What you are asked to do: Write out the data below exactly, from its first line to the line containing "v -46.417 0 15.816", that line included.

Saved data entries
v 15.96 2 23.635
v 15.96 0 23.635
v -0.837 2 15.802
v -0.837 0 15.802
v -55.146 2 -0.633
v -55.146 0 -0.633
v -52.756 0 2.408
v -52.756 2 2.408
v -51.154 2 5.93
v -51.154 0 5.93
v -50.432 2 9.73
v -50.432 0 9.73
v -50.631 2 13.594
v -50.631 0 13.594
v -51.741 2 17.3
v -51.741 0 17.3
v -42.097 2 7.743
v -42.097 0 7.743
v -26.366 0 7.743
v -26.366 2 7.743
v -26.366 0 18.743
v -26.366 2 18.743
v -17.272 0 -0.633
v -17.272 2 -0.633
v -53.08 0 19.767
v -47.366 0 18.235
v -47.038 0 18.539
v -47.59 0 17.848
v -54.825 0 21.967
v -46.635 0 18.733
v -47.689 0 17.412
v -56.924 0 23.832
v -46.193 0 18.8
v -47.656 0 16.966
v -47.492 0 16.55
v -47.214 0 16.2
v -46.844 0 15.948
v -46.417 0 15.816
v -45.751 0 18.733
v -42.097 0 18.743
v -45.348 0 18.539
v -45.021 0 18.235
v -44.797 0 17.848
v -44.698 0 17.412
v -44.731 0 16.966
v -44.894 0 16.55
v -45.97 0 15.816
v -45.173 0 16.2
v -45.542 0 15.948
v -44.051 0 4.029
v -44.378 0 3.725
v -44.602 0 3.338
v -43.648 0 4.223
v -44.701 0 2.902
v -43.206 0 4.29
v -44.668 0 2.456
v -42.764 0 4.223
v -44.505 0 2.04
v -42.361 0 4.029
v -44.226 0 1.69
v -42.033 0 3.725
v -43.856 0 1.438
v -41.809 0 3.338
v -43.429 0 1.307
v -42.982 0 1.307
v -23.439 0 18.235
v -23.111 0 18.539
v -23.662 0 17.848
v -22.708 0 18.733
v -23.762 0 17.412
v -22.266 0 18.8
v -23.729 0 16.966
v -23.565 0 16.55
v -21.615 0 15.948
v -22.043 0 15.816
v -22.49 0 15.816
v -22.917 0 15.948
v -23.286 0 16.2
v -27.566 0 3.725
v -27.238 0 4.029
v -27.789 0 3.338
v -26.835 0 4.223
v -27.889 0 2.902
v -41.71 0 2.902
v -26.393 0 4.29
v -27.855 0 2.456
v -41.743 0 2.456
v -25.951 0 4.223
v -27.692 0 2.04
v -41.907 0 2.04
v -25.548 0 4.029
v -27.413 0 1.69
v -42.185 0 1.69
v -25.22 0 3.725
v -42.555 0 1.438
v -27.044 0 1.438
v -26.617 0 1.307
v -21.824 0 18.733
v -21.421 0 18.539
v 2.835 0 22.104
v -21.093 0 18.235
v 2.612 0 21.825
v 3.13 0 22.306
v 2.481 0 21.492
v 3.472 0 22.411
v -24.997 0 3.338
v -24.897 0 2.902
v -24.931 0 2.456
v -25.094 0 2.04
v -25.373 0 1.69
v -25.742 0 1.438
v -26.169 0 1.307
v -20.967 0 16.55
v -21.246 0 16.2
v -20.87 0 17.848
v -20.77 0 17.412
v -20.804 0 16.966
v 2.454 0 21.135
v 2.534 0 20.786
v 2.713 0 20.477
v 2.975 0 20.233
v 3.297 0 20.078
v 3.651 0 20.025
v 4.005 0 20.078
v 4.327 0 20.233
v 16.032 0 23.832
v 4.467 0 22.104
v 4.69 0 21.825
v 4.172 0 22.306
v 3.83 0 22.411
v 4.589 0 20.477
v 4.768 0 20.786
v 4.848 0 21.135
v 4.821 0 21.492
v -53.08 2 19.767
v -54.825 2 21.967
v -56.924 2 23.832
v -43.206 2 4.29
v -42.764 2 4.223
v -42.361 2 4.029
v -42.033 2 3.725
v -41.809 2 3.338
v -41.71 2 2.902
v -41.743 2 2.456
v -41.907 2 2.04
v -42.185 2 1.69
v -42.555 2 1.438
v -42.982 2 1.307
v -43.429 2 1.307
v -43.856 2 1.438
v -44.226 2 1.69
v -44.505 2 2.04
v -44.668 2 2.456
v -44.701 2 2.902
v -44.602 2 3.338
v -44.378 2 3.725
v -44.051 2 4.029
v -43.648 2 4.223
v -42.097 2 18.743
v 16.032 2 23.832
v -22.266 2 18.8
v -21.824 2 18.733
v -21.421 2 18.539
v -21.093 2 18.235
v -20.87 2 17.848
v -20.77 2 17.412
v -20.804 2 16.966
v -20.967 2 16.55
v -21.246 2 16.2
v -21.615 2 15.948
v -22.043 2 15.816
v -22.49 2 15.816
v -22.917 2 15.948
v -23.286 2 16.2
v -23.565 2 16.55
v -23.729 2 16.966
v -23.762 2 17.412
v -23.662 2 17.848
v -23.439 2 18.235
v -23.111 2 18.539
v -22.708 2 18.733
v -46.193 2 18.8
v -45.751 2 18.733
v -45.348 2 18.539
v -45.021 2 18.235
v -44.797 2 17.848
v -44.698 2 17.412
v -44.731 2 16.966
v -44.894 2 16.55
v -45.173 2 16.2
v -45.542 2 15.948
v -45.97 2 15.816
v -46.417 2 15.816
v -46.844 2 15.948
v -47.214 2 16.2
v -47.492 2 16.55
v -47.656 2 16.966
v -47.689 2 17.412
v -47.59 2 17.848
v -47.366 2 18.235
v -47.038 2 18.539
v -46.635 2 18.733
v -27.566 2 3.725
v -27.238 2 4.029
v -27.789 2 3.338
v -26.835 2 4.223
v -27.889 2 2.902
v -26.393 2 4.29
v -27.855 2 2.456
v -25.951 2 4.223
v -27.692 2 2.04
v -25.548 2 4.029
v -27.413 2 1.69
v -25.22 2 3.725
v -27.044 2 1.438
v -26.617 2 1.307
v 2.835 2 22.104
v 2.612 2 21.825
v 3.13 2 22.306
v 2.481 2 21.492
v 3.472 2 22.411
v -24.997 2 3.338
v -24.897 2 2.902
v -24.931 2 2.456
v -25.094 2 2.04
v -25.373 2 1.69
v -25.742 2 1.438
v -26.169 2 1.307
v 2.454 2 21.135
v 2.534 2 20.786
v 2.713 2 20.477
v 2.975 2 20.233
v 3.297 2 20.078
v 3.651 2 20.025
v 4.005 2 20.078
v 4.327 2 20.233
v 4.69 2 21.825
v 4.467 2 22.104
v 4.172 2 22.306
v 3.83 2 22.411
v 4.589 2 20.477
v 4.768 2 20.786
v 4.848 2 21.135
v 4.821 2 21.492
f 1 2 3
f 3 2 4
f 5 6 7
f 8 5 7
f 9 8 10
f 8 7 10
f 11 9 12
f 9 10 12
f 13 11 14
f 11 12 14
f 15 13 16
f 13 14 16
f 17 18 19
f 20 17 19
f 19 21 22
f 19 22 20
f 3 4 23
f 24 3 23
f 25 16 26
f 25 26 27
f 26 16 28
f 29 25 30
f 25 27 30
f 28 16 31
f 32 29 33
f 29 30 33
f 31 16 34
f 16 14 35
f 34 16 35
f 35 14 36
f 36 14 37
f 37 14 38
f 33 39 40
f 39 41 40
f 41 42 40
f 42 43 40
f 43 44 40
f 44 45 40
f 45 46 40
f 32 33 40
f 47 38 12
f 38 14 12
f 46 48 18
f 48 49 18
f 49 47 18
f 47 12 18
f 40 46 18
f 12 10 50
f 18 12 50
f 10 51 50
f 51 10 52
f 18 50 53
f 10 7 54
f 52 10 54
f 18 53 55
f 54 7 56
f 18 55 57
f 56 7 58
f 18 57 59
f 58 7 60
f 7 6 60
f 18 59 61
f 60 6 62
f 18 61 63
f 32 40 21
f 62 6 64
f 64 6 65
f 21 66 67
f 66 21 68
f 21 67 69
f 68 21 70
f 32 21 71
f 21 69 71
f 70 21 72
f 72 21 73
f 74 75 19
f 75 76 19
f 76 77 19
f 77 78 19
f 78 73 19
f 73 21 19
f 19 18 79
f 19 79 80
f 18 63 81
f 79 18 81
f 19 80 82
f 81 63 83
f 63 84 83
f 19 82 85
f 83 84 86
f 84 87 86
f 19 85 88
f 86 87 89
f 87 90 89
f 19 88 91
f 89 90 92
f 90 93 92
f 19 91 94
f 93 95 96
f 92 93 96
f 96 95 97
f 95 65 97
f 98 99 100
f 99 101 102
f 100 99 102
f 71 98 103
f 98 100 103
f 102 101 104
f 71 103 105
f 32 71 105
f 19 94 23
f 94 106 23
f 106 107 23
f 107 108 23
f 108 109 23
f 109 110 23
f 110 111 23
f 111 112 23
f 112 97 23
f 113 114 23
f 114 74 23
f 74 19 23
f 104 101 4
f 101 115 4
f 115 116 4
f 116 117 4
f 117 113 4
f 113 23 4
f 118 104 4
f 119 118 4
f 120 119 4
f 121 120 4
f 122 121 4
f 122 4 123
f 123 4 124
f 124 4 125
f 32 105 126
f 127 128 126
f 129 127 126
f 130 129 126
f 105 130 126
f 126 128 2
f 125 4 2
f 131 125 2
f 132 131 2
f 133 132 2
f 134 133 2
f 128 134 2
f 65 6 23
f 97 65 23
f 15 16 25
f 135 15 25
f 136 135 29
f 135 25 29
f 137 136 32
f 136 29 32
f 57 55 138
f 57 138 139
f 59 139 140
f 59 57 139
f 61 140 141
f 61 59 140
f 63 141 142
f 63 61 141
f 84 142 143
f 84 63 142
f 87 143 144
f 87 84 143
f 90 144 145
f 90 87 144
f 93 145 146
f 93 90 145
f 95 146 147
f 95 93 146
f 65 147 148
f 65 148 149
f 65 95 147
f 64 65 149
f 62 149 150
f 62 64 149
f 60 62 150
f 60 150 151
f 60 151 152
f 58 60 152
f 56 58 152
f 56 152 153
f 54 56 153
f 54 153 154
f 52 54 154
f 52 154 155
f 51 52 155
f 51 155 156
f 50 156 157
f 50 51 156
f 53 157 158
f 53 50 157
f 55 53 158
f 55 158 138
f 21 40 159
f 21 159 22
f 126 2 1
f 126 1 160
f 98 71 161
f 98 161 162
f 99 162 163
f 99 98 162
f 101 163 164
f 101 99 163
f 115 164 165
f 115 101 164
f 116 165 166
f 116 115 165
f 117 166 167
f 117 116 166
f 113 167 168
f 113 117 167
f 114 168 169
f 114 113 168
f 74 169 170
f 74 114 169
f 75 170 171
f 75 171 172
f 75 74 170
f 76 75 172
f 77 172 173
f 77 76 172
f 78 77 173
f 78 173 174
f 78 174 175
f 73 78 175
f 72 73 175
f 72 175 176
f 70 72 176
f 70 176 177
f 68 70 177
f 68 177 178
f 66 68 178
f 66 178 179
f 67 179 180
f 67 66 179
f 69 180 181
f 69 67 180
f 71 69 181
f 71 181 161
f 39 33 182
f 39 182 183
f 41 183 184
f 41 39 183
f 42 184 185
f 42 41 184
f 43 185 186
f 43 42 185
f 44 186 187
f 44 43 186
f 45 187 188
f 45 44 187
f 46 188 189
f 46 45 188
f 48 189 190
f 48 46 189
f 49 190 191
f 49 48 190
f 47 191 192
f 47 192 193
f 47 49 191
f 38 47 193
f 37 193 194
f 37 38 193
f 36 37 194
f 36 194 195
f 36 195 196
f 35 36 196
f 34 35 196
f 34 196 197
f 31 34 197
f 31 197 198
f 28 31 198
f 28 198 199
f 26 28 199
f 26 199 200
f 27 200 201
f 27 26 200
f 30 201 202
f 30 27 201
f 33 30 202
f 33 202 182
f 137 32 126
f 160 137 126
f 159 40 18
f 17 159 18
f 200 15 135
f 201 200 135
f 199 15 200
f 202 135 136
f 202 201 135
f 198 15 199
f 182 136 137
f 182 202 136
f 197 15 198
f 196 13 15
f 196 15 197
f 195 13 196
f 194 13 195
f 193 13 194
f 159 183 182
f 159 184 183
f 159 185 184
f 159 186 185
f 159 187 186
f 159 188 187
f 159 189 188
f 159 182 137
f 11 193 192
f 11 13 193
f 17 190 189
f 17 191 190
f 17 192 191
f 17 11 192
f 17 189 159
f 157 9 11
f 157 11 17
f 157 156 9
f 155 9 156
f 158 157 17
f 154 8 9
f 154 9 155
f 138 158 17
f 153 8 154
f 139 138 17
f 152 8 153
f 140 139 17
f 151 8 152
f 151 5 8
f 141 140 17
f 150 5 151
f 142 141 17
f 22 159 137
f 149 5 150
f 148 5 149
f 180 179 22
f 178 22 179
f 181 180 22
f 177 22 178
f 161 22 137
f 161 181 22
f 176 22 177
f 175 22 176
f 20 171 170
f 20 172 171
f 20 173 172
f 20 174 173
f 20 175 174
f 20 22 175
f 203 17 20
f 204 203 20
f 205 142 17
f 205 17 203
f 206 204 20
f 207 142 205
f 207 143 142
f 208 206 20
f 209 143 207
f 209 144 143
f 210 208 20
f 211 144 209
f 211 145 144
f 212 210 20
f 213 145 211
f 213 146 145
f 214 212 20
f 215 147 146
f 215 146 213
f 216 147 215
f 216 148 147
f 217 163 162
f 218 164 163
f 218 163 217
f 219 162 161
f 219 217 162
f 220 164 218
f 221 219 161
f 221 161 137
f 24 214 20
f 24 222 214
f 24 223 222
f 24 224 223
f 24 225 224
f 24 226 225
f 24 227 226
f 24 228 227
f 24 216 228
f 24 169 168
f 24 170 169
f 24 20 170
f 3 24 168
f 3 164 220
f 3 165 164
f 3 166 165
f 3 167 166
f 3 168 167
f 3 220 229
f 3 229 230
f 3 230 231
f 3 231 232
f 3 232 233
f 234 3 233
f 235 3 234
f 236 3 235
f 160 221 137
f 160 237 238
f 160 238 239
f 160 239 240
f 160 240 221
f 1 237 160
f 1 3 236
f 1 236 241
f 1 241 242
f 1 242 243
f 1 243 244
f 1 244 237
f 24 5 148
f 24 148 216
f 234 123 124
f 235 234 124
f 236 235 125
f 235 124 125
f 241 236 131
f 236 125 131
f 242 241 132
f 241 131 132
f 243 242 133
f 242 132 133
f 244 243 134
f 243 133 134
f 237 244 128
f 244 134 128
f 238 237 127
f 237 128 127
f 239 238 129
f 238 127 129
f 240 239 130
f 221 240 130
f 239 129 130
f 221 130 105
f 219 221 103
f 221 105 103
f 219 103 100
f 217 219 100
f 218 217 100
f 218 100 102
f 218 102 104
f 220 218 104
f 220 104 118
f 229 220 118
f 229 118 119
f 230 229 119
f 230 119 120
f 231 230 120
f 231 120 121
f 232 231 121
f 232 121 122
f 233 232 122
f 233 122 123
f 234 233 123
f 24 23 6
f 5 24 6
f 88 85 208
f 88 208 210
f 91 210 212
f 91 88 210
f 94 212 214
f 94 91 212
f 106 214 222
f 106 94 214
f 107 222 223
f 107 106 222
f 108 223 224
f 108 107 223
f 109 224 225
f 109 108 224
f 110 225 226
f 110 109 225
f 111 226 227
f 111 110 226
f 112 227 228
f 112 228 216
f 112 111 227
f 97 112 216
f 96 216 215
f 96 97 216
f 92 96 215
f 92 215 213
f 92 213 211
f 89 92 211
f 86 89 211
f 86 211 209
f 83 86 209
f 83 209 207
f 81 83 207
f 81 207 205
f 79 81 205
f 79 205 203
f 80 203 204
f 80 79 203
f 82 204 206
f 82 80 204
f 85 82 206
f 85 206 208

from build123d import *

# Parameters (mm, degrees)
SKETCH_1_R               = 1.5
SKETCH_1_W               = 15.730611704
SKETCH_1_H               = 11
EXTRUDE_1_DEPTH          = 2
CUT_EXTRUDE_1_DEPTH      = 106.5
CUT_EXTRUDE_1_DEPTH_BACK = 62.743635726
SKETCH_7_R               = 1.2
CUT_EXTRUDE_5_DEPTH      = 15


with BuildPart() as part:
    # Эскиз1 → Бобышка-Вытянуть1 (new body)
    with BuildSketch(Plane(origin=(0, 0, 0), x_dir=(1, 0, 0), z_dir=(0, 1, 0))):
        with BuildLine():
            Line((-56.923759365, -23.831956958), (16.382902061, -23.831956958))
            Line((16.382902061, -23.831956958), (-0.836945892, -15.802209985))
            Line((-0.836945892, -15.802209985), (-17.271974735, 0.632818857))
            Line((-17.271974735, 0.632818857), (-55.146365247, 0.632818857))
            ThreePointArc((-55.146365247, 0.632818857), (-50.679018006, -7.808361393), (-51.74094673, -17.29956905))
            ThreePointArc((-51.74094673, -17.29956905), (-53.905020217, -20.904809923), (-56.923759365, -23.831956958))
        make_face()
        with Locations((-43.205666325, -2.789799404)):
            Circle(SKETCH_1_R, mode=Mode.SUBTRACT)
        with Locations((-26.393046621, -2.789799404)):
            Circle(SKETCH_1_R, mode=Mode.SUBTRACT)
        with Locations((-46.193307824, -17.29956905)):
            Circle(SKETCH_1_R, mode=Mode.SUBTRACT)
        with Locations((-22.266173528, -17.29956905)):
            Circle(SKETCH_1_R, mode=Mode.SUBTRACT)
        with Locations((-34.23147938, -13.242579452)):
            Rectangle(SKETCH_1_W, SKETCH_1_H, mode=Mode.SUBTRACT)
    extrude(amount=EXTRUDE_1_DEPTH)

    # Эскиз2 → Вырез-Вытянуть1 (cut, two sides: drawn at the far end of the back side and taken through both)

Task response:
v 15.96 2 23.635
v 15.96 0 23.635
v -0.837 2 15.802
v -0.837 0 15.802
v -55.146 2 -0.633
v -55.146 0 -0.633
v -52.756 0 2.408
v -52.756 2 2.408
v -51.154 2 5.93
v -51.154 0 5.93
v -50.432 2 9.73
v -50.432 0 9.73
v -50.631 2 13.594
v -50.631 0 13.594
v -51.741 2 17.3
v -51.741 0 17.3
v -42.097 2 7.743
v -42.097 0 7.743
v -26.366 0 7.743
v -26.366 2 7.743
v -26.366 0 18.743
v -26.366 2 18.743
v -17.272 0 -0.633
v -17.272 2 -0.633
v -53.08 0 19.767
v -47.366 0 18.235
v -47.038 0 18.539
v -47.59 0 17.848
v -54.825 0 21.967
v -46.635 0 18.733
v -47.689 0 17.412
v -56.924 0 23.832
v -46.193 0 18.8
v -47.656 0 16.966
v -47.492 0 16.55
v -47.214 0 16.2
v -46.844 0 15.948
v -46.417 0 15.816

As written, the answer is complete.